Sadly I’m not looking to buy a whole plow right now. Mine is in good shape I am just looking to get some spare parts for the season. And my heavyweight is 10’.


----------



## Philbilly2 (Aug 25, 2007)

Freshwater said:


> That's how I read it diesel.
> The heavyweights are still on the unimount platform. I did not know the pump settings were different however.


heavyweight is like 1900 psi on relief and a regular plow is like 1700 or so if I recall correct. That is the only real difference that I am aware of.


----------



## Philbilly2 (Aug 25, 2007)

Freshwater said:


> Phil is there a way they label those to tell them apart?


I don't know that. I will go look at them and see.


----------



## Freshwater (Feb 28, 2014)

john.deere7 said:


> Sadly I'm not looking to buy a whole plow right now. Mine is in good shape I am just looking to get some spare parts for the season. And my heavyweight is 10'.


Understand, Phil is much closer to you too.

While I found the unimount to be a pain sometimes, it's an incredibly stout mounting system. I also never had any functioning problems, with my straight blade or v plow.


----------



## cjames808 (Dec 18, 2015)

I put a black Buyers pump on mine and kept the old as a spare. They are the same as any other unimount. 10’


----------



## john.deere7 (Oct 7, 2019)

cjames808 said:


> I put a black Buyers pump on mine and kept the old as a spare. They are the same as any other unimount. 10'


CJames Do you know what the model number is?


----------



## dieselss (Jan 3, 2008)

Edit


----------



## cjames808 (Dec 18, 2015)

I’ll look tomorrow.


----------



## cjames808 (Dec 18, 2015)

Might be a SAM brand. Our cable was bad so I replaced the cables motor and relay. Extra parts don't hurt.


----------



## Freshwater (Feb 28, 2014)

cjames808 said:


> View attachment 196710
> View attachment 196709
> Might be a SAM brand. Our cable was bad so I replaced the cables motor and relay. Extra parts don't hurt.

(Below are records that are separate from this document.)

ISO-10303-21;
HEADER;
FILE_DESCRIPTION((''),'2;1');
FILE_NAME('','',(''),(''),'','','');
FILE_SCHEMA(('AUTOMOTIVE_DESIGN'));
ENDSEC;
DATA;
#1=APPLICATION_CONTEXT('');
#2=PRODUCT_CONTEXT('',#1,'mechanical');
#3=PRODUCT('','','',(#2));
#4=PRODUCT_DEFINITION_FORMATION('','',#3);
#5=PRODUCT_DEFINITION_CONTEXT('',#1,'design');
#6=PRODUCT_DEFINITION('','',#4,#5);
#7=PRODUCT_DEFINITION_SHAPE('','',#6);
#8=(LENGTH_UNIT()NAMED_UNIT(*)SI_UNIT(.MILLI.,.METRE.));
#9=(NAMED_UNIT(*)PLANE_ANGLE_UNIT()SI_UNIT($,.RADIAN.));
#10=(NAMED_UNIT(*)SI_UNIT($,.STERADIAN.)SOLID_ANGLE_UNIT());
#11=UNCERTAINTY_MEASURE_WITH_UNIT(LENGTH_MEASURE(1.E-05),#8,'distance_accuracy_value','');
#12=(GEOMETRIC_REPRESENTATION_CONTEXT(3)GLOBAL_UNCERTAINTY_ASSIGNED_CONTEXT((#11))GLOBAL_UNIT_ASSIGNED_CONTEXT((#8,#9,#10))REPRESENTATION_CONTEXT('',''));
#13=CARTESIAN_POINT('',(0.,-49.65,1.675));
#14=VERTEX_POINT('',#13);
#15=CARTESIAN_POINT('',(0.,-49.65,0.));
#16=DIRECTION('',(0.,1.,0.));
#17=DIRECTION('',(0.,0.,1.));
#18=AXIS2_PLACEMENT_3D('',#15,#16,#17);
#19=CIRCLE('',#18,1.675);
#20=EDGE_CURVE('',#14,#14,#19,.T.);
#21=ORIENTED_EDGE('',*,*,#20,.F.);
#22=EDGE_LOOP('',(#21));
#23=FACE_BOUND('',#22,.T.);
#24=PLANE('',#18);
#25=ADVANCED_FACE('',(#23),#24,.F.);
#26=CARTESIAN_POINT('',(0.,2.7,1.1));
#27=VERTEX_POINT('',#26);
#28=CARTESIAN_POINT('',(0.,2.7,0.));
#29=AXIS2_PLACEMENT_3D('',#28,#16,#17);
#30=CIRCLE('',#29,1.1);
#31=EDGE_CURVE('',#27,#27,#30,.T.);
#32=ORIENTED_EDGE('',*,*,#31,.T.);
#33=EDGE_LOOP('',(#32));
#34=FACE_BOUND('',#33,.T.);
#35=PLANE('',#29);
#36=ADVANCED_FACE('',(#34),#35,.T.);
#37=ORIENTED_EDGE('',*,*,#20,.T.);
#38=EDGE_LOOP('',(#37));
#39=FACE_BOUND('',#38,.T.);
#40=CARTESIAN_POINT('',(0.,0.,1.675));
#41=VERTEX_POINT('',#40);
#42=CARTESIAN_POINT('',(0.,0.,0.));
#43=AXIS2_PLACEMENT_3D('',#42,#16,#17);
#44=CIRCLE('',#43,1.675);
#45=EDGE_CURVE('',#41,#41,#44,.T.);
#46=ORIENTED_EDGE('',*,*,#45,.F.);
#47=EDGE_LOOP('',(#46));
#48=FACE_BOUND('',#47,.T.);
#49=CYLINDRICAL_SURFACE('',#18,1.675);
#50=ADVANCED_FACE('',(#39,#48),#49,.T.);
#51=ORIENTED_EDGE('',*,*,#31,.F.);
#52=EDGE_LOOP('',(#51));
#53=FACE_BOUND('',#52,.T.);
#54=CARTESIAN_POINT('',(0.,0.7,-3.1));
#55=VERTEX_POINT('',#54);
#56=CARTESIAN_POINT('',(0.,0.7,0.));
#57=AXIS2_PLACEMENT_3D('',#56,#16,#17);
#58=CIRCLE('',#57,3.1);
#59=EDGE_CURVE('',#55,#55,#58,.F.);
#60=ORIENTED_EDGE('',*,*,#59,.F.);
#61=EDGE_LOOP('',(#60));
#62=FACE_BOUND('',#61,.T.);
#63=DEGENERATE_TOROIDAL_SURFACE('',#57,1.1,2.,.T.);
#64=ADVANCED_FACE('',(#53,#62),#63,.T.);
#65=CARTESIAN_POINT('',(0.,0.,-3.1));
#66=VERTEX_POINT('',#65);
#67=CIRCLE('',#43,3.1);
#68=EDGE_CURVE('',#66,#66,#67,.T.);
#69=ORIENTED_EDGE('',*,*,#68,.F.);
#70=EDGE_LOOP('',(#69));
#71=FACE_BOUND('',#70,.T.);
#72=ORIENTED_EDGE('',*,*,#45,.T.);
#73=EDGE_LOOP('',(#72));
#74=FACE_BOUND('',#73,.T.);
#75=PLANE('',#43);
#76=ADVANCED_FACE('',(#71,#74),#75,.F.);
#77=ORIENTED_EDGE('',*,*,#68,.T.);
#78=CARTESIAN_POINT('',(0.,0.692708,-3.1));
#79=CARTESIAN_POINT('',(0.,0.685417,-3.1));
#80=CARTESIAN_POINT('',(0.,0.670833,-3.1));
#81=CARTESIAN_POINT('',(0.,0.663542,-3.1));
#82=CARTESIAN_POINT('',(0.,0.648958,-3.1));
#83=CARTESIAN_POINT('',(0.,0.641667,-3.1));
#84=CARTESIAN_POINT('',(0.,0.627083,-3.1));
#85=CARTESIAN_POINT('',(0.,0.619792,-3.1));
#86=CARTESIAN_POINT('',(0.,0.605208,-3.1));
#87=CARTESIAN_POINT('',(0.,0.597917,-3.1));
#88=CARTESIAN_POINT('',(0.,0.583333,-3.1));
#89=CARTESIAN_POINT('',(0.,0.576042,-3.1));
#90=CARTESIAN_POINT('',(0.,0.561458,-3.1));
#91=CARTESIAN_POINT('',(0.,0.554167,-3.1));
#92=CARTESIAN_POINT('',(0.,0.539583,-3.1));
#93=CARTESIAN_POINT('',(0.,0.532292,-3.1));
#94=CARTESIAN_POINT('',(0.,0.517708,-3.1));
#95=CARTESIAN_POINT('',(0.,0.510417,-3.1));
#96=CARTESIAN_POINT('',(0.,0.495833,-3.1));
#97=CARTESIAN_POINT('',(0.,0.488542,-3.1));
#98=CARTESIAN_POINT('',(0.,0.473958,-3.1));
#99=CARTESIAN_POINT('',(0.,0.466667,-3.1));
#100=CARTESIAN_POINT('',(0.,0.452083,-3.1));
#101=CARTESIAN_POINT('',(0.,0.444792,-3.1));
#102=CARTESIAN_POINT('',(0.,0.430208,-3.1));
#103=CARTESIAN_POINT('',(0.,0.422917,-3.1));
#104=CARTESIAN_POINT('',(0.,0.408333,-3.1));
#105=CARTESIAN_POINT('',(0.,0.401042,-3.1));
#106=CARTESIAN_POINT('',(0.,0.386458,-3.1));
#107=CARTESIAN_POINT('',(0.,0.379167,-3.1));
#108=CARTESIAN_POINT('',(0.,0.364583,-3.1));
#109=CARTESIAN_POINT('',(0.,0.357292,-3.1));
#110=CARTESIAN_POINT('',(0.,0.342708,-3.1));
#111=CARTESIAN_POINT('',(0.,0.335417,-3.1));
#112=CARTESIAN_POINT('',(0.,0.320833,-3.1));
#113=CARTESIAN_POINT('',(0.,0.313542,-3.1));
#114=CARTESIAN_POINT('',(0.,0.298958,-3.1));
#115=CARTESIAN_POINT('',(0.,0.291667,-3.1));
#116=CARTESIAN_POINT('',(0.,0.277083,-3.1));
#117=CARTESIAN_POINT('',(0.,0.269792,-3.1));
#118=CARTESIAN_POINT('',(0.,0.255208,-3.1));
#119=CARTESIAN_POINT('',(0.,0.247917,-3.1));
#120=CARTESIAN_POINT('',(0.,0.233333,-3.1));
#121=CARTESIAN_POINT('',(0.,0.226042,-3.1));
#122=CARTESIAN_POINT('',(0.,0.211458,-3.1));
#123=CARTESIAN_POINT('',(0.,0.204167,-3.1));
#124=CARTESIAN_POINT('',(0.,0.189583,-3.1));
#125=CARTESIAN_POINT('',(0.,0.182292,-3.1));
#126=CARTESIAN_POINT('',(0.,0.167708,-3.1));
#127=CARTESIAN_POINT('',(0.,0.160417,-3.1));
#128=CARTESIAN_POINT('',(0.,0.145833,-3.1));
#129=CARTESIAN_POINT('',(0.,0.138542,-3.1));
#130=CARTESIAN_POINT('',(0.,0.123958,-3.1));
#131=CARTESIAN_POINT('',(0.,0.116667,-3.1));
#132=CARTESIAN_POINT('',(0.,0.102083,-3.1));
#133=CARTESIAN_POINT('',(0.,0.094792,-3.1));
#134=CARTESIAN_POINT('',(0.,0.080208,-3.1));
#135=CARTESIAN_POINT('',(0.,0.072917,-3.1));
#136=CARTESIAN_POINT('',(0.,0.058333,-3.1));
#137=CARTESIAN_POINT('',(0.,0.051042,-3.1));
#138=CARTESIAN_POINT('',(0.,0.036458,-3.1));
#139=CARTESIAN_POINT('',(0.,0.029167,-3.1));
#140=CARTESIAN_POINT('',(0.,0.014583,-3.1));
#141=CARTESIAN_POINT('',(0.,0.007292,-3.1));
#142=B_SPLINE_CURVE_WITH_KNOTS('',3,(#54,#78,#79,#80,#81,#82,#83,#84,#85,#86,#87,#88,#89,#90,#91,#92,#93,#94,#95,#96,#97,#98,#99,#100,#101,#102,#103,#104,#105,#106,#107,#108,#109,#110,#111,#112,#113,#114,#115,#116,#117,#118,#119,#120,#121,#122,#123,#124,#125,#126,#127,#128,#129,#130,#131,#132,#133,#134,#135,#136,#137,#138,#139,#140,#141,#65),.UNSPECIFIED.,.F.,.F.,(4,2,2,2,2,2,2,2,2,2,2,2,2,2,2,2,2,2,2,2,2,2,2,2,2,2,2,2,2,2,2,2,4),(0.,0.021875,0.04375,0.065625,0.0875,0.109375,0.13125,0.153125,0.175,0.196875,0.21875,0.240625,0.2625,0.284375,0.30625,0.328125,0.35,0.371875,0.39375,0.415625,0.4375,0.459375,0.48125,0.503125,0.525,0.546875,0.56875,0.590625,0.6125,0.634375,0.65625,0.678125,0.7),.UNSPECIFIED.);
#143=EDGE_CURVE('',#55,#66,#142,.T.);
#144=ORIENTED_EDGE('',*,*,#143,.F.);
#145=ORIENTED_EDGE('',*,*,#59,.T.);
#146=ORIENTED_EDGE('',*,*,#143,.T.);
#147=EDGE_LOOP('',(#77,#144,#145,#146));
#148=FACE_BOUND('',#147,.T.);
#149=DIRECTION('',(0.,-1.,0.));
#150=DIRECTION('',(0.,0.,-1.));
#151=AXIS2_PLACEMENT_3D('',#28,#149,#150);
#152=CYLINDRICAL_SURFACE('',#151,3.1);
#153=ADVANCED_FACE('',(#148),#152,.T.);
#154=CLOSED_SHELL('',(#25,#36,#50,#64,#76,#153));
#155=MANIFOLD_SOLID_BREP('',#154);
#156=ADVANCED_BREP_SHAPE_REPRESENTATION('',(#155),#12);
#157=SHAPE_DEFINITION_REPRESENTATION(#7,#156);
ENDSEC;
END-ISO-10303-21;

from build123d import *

# Parameters (mm, degrees)
CROQUIS1_R              = 1.675
SALIENTE_EXTRUIR1_DEPTH = 49.65
CROQUIS2_R              = 3.1
SALIENTE_EXTRUIR2_DEPTH = 2.7
REDONDEO1_R             = 2


with BuildPart() as part:
    # Croquis1 → Saliente-Extruir1 (new body)
    with BuildSketch(Plane(origin=(0, 0, 0), x_dir=(1, 0, 0), z_dir=(0, 1, 0))):
        with Locations(Location((0, 0, 0), (0, 0, 270))):
            Circle(CROQUIS1_R)
    extrude(amount=-SALIENTE_EXTRUIR1_DEPTH)

    # Croquis2 → Saliente-Extruir2 (add)
    with BuildSketch(Plane(origin=(0, 0, 0), x_dir=(1, 0, 0), z_dir=(0, 1, 0))):
        with Locations(Location((0, 0, 0), (0, 0, 90))):
            Circle(CROQUIS2_R)
    extrude(amount=SALIENTE_EXTRUIR2_DEPTH)

    # Redondeo1
    redondeo1_edges = [part.edges().sort_by_distance(p)[0] for p in [
        (0, 2.7, 3.1),
    ]]
    fillet(redondeo1_edges, radius=REDONDEO1_R)


solid = part.part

That's the motor, the black part. Theres probably 5 or more companies that make those, that are interchangeable. The pump is inside the red housing. That's where phil is saying the difference is. The pumps are set at a different hydraulic psi. If phil has a whole unit off a heavyweight, I'd go that route.


----------



## cjames808 (Dec 18, 2015)

Oh der. Yea the pump is different. Sorry for the mistake. The ram is larger than a standard unit mount. 1.5” I think.


----------



## john.deere7 (Oct 7, 2019)

Someone else mentioned that the ram might be bigger but wasn’t sure. I haven’t measured mine to check. I’m waiting on Phil to see what he has.


----------



## Freshwater (Feb 28, 2014)

A bigger ram would make sense and solve the identification issue.


----------



## Philbilly2 (Aug 25, 2007)

I am 99% sure they are 1.5” on both.

I know that there is a rare 2” lift cylinder, but they are very very uncommon.


----------



## cjames808 (Dec 18, 2015)

they may be the same. I don't have any regular unimounts left to compare.


----------